Monday, February 22, 2010

Singing reeds

The red-winged blackbird males are back, and staking their claims. Konk-a-ree!

In the picnic area of Centennial Park, there is a small duck pond. The designers thought of everything; weeping willows at one end for shade, dead snags for perching birds, sloping, grassy slopes for ducks, and a tiny island in the centre, covered with tall reeds for nesting in. The island was singing. Konk-konk-konk-a-ree! Hidden redwings, all shouting at once.

When the females arrive, in a few weeks, the males will take to the tops of the reeds to warn off intruders. For now, they're just voices. I saw one, near the roots, barely a smudge of black with a shining eye.

Laurie noticed a shoveller, at the far end; the first we've seen for a long time.

Under the yellow/green willow branches.

Mallard, not quacking. There's too much redwing racket to be heard, anyhow.

On their way.

In one of the bare trees over the pond. Cowbirds, I think.

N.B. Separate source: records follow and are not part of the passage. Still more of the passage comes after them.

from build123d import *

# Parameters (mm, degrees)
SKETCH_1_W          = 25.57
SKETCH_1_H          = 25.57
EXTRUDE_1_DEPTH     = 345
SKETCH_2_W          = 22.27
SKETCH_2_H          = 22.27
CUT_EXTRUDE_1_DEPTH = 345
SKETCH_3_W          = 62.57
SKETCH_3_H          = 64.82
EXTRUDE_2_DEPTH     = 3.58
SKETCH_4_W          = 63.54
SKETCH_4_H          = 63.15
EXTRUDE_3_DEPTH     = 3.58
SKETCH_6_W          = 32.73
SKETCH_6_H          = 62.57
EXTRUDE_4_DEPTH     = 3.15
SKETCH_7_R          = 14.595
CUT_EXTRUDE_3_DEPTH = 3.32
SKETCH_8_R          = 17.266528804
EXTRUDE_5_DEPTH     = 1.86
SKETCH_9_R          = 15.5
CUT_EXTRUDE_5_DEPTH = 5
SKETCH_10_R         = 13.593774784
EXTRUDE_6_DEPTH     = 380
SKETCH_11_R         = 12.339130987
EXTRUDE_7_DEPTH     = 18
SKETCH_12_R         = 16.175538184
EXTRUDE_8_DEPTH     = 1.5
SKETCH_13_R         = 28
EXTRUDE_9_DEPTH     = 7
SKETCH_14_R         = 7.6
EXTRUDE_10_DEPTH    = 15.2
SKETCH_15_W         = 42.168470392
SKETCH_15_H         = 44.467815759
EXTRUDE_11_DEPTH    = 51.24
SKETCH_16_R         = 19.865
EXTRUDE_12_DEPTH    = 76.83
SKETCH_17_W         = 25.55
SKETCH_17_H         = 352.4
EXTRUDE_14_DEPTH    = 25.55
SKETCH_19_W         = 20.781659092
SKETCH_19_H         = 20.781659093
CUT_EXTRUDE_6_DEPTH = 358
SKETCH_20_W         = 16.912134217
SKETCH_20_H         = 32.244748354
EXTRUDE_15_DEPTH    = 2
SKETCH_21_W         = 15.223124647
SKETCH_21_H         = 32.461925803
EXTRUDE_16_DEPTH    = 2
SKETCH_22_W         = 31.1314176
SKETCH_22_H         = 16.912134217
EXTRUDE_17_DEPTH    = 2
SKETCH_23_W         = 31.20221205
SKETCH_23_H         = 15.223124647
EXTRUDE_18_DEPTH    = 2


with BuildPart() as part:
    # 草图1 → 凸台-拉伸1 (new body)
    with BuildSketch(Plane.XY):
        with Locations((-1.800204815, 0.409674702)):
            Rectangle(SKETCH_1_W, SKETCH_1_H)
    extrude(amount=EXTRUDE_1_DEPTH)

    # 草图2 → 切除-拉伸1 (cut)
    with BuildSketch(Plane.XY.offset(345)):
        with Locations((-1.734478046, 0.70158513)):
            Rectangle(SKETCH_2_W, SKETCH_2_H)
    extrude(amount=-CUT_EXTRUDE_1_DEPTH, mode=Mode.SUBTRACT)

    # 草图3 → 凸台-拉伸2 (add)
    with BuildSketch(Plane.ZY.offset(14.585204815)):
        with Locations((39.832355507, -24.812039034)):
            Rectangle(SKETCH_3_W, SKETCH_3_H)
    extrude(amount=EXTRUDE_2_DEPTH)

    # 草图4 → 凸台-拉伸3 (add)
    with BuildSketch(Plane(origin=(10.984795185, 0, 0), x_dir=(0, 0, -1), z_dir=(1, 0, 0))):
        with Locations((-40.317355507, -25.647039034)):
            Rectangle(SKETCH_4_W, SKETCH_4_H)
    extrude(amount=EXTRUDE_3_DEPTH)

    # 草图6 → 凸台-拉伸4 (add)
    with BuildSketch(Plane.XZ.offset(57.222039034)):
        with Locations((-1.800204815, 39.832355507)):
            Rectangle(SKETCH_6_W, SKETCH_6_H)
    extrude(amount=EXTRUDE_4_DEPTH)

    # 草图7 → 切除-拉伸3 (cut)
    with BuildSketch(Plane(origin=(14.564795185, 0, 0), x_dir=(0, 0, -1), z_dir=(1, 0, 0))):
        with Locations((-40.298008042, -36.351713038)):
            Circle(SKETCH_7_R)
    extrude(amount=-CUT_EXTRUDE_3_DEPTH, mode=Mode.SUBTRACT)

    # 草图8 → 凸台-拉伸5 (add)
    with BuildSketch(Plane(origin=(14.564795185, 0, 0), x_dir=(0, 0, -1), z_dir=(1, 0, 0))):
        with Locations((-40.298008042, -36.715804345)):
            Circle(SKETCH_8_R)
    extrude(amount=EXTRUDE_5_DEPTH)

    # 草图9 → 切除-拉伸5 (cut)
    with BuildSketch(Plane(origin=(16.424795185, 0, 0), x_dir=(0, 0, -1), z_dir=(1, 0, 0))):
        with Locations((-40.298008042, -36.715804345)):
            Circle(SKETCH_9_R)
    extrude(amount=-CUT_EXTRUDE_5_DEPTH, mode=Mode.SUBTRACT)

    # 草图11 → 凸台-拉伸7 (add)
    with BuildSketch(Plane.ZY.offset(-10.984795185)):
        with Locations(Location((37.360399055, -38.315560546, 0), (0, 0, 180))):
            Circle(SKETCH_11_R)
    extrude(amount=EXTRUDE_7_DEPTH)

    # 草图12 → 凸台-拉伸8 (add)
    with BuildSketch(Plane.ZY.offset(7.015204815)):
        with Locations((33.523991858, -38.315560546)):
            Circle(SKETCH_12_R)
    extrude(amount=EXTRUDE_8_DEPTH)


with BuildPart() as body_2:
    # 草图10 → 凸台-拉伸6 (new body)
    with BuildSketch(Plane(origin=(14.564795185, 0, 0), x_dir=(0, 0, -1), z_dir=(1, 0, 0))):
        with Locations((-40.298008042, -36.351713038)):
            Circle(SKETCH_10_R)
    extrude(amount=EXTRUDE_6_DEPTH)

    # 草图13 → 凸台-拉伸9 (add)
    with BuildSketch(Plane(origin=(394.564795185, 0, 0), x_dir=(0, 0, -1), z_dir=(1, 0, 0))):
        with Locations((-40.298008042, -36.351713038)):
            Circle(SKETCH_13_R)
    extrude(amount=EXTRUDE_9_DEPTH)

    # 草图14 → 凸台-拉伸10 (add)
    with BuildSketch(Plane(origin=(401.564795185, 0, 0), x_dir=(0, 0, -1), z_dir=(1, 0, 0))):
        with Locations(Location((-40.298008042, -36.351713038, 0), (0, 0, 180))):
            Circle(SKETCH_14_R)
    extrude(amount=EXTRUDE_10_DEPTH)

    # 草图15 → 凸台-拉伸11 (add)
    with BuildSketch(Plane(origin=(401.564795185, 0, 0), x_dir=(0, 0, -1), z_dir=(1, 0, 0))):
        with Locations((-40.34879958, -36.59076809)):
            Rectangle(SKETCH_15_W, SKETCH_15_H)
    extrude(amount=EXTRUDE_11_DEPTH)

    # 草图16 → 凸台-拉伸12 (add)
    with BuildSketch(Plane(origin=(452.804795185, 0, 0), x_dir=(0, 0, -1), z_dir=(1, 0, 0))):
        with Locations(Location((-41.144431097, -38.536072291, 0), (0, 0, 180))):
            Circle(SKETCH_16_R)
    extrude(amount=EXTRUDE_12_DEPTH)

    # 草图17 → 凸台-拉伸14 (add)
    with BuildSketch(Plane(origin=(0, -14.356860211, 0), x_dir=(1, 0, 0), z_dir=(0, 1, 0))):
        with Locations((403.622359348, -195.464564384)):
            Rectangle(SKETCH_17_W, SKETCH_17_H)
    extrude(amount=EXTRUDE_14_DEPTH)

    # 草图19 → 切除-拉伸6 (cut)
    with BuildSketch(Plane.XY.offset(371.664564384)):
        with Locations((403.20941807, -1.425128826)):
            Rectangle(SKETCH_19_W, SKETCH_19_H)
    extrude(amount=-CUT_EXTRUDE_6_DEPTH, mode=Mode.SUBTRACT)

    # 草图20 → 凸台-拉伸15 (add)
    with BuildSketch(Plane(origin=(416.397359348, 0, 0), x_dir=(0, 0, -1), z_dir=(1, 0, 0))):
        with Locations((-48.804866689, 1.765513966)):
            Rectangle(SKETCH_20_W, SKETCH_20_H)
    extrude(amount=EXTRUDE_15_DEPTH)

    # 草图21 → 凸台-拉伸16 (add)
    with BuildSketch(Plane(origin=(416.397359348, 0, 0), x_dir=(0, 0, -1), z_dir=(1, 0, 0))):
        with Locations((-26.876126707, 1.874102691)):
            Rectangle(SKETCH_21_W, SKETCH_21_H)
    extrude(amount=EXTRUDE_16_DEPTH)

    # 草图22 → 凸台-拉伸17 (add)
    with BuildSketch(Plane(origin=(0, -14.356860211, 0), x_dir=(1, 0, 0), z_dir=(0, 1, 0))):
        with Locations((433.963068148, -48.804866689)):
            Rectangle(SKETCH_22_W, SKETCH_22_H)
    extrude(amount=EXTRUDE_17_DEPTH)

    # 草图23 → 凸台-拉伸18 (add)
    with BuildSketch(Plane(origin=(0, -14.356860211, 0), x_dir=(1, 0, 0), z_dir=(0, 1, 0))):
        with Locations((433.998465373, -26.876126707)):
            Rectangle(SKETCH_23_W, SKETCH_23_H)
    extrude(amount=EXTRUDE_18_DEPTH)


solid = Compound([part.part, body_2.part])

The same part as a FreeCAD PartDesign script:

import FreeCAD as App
import Part
import Sketcher
Q = App.Units.Quantity

doc = App.newDocument("Part")
params = doc.addObject("Spreadsheet::Sheet", "Params")
for row, (alias, value) in enumerate([
    ("sketch1_width", "25.57 mm"),
    ("pad1_length", "345 mm"),
    ("sketch2_width", "22.27 mm"),
    ("pocket1_length", "345 mm"),
    ("sketch3_width", "64.82 mm"),
    ("sketch3_height", "62.57 mm"),
    ("pad2_length", "3.58 mm"),
    ("sketch4_width", "63.15 mm"),
    ("sketch4_height", "63.54 mm"),
    ("pad3_length", "3.58 mm"),
    ("sketch5_width", "32.73 mm"),
    ("sketch5_height", "62.57 mm"),
    ("pad4_length", "3.15 mm"),
    ("sketch6_diameter", "29.19 mm"),
    ("pocket2_length", "3.32 mm"),
    ("pad5_length", "1.86 mm"),
    ("sketch8_diameter", "31 mm"),
    ("pocket3_length", "5 mm"),
    ("pad6_length", "18 mm"),
    ("pad7_length", "1.5 mm"),
    ("pad8_length", "380 mm"),
    ("sketch12_diameter", "56 mm"),
    ("pad9_length", "7 mm"),
    ("sketch13_diameter", "15.2 mm"),
    ("pad10_length", "15.2 mm"),
    ("pad11_length", "51.24 mm"),
    ("sketch15_diameter", "39.73 mm"),
    ("pad12_length", "76.83 mm"),
    ("sketch16_height", "352.4 mm"),
    ("sketch16_width", "25.55 mm"),
    ("pad13_length", "25.55 mm"),
    ("pocket4_length", "358 mm"),
    ("pad14_length", "2 mm"),
    ("pad15_length", "2 mm"),
    ("pad16_length", "2 mm"),
    ("pad17_length", "2 mm"),
], start=1):
    params.set(f"A{row}", alias)
    params.set(f"B{row}", "=" + value)
    params.setAlias(f"B{row}", alias)

body = doc.addObject("PartDesign::Body", "Body")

A treefull of crows was in full discussion mode. This pair sat alone and silent in the next tree over.

Another silent watcher.

The tide was out, and we walked and waded half-way across the sand. A few more mallards dabbled in the shallows here, and an eagle tore at something at its feet. Gulls dotted the sand in every direction.

Just standing. Nothing to do, nothing to say.

Gull feather. and pretty orange clamshell. Gull lunch.

Lunch dishes.

All very static, so far. But then there were these ...

Two flocks of peeps, cavorting.

Cavorting silently, mind you; it was the redwings' day to sing. (Crows don't count; they don't sing, they croak.)